# Oops, wrong powder!



## John I. Shore (Jan 12, 2012)

Pulled this off another site, seems the shooter had BOTH, smokeless and Black powder on his bench when shooting.  He loaded 110 grns of smokeless shotshell powder into the barrel and touched it off.  Oops. 

John I.


----------



## Lukikus2 (Jan 12, 2012)

Good lord at the destruction. Is he alive?


----------



## miles58 (Jan 12, 2012)

There has to be more to the story than that.

Anyone with half a brain would know that making that kind of a mistake might well be fatal.

Dave


----------



## chadf (Jan 12, 2012)

More details!


----------



## John I. Shore (Jan 12, 2012)

Sorry guys, like I stated, pulled it from another site, all that I know is what I posted and that the shooter survived. 
I'm sure he developed a flinch after that!

John I.


----------



## Supercracker (Jan 12, 2012)

messermacher said:


> I'm sure he developed a flinch after that!
> 
> John I.



Yeah. He's probably also now a hardcore bowhunter.


----------



## jkk6028 (Jan 12, 2012)

mental note........never do that


----------



## harryrichdawg (Jan 12, 2012)

I just can't understand why he had shotshell powder out on the bench with him.  I'm assuming that this happened at the range and he loaded his ML at the range.  Unless he loaded up his speedloaders at home at his loading bench and grabbed the shotshell powder by mistake, it doesn't make sense.  I bet he'll never do it again.  Like someone said, you can bet he's gonna flinch everytime he shoots a gun from now on.


----------



## RNC (Jan 12, 2012)

.................................


----------



## Desert Rat (Jan 12, 2012)

Seven smokes, hmmmm....
10 minutes of trying to get his nerves in check?

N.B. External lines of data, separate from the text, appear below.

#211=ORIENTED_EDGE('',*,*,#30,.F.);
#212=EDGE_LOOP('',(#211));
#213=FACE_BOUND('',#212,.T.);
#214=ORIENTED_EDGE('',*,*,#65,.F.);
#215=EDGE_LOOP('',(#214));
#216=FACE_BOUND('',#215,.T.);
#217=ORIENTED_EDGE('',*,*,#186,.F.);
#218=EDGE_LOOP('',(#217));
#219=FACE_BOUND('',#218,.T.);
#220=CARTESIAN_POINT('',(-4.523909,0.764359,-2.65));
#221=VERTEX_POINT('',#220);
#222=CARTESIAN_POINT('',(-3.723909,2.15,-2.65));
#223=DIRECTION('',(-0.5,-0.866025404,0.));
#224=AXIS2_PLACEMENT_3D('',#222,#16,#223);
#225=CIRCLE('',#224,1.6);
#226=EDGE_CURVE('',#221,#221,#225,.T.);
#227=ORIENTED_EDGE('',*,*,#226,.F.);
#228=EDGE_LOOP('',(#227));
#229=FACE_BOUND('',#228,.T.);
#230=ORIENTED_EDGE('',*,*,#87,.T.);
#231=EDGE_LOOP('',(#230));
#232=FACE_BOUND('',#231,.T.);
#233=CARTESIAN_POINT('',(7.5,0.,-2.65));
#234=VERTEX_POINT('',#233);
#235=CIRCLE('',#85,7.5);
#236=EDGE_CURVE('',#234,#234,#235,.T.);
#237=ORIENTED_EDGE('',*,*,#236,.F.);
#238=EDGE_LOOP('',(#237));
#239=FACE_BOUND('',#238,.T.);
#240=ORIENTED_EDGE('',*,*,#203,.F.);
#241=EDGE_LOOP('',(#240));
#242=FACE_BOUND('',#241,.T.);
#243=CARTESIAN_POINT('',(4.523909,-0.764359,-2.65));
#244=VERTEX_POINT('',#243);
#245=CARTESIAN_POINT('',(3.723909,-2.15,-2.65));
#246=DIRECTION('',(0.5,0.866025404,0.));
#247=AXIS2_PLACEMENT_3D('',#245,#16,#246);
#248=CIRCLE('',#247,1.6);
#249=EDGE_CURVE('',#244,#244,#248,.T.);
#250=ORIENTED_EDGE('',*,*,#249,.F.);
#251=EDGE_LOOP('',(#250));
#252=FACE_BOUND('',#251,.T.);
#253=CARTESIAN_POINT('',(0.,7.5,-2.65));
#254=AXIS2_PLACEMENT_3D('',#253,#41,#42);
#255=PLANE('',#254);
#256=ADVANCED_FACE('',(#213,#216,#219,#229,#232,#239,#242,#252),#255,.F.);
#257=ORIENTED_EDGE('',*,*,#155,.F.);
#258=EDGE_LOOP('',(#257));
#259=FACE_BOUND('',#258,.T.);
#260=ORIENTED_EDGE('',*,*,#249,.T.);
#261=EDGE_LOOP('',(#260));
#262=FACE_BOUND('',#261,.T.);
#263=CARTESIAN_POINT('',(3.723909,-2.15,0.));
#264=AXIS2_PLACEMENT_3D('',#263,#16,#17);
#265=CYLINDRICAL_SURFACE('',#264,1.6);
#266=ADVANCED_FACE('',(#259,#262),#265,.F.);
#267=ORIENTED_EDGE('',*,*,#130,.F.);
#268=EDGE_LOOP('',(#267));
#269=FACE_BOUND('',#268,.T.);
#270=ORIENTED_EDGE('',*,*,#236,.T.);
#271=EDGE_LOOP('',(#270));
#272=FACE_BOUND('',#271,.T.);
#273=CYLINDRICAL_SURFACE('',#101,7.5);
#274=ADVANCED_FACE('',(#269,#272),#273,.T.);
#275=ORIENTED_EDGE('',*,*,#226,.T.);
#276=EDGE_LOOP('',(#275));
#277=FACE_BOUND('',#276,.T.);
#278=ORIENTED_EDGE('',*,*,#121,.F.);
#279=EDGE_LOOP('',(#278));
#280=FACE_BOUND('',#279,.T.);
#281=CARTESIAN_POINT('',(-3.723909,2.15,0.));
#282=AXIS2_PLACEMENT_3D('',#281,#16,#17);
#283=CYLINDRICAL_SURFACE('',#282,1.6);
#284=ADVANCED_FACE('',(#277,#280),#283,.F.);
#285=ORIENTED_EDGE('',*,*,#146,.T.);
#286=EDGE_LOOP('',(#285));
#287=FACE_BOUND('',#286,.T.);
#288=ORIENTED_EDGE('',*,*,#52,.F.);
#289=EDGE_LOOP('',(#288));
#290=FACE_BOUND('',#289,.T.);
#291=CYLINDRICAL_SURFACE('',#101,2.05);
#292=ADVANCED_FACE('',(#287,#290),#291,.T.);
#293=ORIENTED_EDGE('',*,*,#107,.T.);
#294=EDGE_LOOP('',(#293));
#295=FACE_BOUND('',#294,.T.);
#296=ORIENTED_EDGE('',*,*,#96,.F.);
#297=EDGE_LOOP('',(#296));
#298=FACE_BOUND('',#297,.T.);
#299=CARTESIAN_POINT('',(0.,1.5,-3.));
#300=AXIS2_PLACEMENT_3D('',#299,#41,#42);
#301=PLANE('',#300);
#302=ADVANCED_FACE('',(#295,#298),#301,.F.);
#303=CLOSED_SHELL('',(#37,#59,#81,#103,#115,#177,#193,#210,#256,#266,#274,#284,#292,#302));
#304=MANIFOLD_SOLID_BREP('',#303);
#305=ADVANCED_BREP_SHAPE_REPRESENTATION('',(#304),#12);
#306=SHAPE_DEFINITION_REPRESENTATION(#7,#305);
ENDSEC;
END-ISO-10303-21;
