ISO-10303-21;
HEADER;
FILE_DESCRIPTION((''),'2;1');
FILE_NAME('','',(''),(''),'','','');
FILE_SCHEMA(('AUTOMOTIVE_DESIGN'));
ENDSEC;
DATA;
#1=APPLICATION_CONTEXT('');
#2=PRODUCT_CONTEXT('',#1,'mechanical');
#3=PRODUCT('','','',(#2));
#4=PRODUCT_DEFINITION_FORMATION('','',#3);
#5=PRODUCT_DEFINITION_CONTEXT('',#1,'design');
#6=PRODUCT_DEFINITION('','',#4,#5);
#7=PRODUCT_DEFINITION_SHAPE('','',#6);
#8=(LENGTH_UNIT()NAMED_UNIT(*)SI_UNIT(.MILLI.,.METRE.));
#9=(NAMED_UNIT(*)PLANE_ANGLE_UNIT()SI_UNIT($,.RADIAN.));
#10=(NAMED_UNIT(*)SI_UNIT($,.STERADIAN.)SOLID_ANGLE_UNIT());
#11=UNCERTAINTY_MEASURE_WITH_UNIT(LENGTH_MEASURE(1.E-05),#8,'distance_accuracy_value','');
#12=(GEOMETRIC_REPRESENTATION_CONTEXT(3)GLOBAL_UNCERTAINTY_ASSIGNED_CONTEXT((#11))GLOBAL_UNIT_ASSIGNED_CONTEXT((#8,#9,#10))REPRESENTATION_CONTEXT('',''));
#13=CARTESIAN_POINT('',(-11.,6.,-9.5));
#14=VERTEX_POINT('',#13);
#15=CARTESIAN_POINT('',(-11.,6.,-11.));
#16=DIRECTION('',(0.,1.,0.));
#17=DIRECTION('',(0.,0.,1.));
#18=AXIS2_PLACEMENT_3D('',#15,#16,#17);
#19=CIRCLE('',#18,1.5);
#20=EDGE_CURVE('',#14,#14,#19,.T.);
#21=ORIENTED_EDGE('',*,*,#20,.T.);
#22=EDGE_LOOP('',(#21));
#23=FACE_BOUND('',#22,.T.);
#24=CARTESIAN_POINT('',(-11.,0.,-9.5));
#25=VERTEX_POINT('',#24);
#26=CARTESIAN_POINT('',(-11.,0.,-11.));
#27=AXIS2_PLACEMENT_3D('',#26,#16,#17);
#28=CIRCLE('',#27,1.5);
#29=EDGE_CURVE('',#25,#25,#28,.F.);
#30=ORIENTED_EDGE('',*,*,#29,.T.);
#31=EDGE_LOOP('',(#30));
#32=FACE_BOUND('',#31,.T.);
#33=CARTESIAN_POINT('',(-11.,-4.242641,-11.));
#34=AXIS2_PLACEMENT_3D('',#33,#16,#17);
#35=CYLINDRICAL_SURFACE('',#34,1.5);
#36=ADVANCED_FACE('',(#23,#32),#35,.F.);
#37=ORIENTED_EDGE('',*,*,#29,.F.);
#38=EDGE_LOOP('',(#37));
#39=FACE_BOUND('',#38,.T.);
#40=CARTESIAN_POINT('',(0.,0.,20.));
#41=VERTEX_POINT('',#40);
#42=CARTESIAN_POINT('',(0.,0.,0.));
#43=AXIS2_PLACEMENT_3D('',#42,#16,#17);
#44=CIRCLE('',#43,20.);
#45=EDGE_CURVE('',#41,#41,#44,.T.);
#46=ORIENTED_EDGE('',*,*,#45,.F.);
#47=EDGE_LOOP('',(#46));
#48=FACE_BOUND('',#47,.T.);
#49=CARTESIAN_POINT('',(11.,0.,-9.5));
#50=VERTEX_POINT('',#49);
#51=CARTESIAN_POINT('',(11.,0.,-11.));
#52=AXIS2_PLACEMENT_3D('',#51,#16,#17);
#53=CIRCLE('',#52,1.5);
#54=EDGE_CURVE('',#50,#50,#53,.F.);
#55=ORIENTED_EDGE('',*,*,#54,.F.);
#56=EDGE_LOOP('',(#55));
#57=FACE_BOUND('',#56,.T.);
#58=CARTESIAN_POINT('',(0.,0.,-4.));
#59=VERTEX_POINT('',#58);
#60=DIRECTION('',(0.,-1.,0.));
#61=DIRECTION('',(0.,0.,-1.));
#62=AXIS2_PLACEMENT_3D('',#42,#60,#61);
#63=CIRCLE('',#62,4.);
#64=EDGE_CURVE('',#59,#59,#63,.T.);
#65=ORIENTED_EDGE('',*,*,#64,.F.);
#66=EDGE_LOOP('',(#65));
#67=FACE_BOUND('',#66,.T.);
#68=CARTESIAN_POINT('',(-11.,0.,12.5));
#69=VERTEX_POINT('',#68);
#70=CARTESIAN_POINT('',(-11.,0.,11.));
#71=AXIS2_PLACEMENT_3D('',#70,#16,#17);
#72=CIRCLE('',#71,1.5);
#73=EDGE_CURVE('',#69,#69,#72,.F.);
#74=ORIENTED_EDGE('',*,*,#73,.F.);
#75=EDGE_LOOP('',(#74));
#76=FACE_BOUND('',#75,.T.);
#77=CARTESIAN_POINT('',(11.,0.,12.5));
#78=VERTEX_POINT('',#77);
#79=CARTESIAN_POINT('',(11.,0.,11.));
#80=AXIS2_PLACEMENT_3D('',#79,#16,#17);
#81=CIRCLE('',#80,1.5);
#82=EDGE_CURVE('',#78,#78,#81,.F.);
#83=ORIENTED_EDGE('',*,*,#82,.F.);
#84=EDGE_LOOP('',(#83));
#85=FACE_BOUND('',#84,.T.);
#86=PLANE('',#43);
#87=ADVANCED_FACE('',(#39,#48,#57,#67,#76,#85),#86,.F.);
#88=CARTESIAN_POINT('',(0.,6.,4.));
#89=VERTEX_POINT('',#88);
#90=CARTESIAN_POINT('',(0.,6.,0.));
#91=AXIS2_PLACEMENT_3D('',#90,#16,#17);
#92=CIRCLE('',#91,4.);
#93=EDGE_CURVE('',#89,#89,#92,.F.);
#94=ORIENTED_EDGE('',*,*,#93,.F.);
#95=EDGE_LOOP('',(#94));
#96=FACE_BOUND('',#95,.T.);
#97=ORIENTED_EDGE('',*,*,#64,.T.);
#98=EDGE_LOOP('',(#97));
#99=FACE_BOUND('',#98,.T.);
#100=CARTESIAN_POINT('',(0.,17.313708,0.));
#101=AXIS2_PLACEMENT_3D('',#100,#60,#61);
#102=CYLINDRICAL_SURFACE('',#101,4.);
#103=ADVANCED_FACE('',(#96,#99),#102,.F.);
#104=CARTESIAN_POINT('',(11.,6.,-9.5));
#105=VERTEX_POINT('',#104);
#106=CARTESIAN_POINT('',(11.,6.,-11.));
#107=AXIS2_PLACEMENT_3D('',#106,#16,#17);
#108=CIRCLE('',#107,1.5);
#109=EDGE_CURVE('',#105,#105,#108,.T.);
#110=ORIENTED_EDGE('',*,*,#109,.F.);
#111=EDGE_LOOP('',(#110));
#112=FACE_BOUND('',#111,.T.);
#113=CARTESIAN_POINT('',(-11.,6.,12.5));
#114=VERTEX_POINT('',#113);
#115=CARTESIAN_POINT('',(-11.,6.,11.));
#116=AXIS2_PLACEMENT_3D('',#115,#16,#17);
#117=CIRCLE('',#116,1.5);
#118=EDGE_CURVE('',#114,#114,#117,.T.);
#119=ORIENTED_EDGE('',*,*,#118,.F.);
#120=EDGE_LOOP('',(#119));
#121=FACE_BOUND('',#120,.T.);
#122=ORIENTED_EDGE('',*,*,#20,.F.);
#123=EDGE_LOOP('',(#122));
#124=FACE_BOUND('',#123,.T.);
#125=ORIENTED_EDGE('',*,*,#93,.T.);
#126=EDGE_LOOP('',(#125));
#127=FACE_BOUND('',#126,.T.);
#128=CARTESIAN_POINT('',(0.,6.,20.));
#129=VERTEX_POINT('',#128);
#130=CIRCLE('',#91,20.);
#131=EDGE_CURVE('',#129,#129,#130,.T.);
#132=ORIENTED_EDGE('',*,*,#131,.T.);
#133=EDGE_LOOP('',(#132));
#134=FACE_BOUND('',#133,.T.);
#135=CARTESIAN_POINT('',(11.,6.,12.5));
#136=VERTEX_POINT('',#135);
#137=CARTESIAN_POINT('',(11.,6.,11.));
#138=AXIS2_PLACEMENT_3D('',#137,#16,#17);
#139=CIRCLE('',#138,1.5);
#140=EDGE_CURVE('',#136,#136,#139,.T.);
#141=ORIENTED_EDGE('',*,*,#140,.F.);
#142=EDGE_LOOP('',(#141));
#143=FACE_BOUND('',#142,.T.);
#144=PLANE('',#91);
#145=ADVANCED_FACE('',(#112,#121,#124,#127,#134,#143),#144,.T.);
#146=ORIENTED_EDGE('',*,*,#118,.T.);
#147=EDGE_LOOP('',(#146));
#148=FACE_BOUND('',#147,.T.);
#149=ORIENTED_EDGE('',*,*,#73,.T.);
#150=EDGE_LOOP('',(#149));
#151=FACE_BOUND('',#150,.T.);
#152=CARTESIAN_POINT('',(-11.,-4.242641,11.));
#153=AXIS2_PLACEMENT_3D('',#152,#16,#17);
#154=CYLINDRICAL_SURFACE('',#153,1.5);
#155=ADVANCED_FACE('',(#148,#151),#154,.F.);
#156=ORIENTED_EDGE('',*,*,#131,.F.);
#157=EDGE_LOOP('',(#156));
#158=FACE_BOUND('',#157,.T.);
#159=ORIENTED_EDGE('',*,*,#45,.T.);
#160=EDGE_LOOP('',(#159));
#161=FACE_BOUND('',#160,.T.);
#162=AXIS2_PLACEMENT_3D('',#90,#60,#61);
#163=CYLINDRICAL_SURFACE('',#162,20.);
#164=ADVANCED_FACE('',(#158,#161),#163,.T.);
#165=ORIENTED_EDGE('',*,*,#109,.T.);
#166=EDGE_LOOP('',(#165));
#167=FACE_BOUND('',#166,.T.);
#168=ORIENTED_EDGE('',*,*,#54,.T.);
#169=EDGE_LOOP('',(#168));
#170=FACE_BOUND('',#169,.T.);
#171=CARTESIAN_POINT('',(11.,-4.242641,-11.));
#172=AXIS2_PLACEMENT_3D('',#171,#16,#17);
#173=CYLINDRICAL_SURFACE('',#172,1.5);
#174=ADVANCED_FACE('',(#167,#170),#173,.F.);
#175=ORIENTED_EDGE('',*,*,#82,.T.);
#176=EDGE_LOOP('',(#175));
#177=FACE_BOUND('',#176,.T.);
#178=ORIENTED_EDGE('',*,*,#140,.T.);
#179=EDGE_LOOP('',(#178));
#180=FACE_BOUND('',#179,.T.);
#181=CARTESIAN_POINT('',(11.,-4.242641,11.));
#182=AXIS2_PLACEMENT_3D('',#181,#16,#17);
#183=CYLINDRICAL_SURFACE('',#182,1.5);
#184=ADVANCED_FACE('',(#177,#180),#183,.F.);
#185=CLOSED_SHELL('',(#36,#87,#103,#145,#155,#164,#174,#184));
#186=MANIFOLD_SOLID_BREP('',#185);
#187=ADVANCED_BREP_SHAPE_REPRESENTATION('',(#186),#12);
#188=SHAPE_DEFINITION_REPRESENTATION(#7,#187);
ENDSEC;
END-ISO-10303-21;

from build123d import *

# Parameters (mm, degrees)
SKETCH1_R                         = 20
ARM_DISTANS_BOSS_EXTRUDE1_DEPTH   = 6
SKETCH2_R                         = 1.5
MOUNTING_HOLES_CUT_EXTRUDE1_DEPTH = 6
SKETCH3_R                         = 4
CUT_EXTRUDE1_DEPTH                = 6


with BuildPart() as part:
    # Sketch1 → Arm Distans Boss-Extrude1 (new body)
    with BuildSketch(Plane(origin=(0, 0, 0), x_dir=(1, 0, 0), z_dir=(0, 1, 0))):
        with Locations(Location((0, 0, 0), (0, 0, 270))):
            Circle(SKETCH1_R)
    extrude(amount=ARM_DISTANS_BOSS_EXTRUDE1_DEPTH)

    # Sketch2 → Mounting Holes Cut-Extrude1 (cut)
    with BuildSketch(Plane(origin=(0, 6, 0), x_dir=(1, 0, 0), z_dir=(0, 1, 0))):
        with Locations(Location((11, 11, 0), (0, 0, 270))):
            Circle(SKETCH2_R)
        with Locations(Location((-11, 11, 0), (0, 0, 270))):
            Circle(SKETCH2_R)
        with Locations(Location((-11, -11, 0), (0, 0, 270))):
            Circle(SKETCH2_R)
        with Locations(Location((11, -11, 0), (0, 0, 270))):
            Circle(SKETCH2_R)
    extrude(amount=-MOUNTING_HOLES_CUT_EXTRUDE1_DEPTH, mode=Mode.SUBTRACT)

    # Sketch3 → Cut-Extrude1 (cut)
    with BuildSketch(Plane.XZ):
        with Locations(Location((0, 0, 0), (0, 0, 270))):
            Circle(SKETCH3_R)
    extrude(amount=-CUT_EXTRUDE1_DEPTH, mode=Mode.SUBTRACT)


solid = part.part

Not the worst I've seen. Hopefully worse than I'll ever do.


----------



## killitgrillit (Jan 12, 2012)

When your dumb ya gotta be tough.


----------



## mefferd84 (Jan 12, 2012)

There's a video put out by CVA on youtube. It shows what happens when you use the wrong powder and accidently load it twice. Its interesting I suggest watching it, at least to see the guns blow up.


----------



## AMBUSHER (Jan 12, 2012)

Lukikus2 said:


> Good lord at the destruction. Is he alive?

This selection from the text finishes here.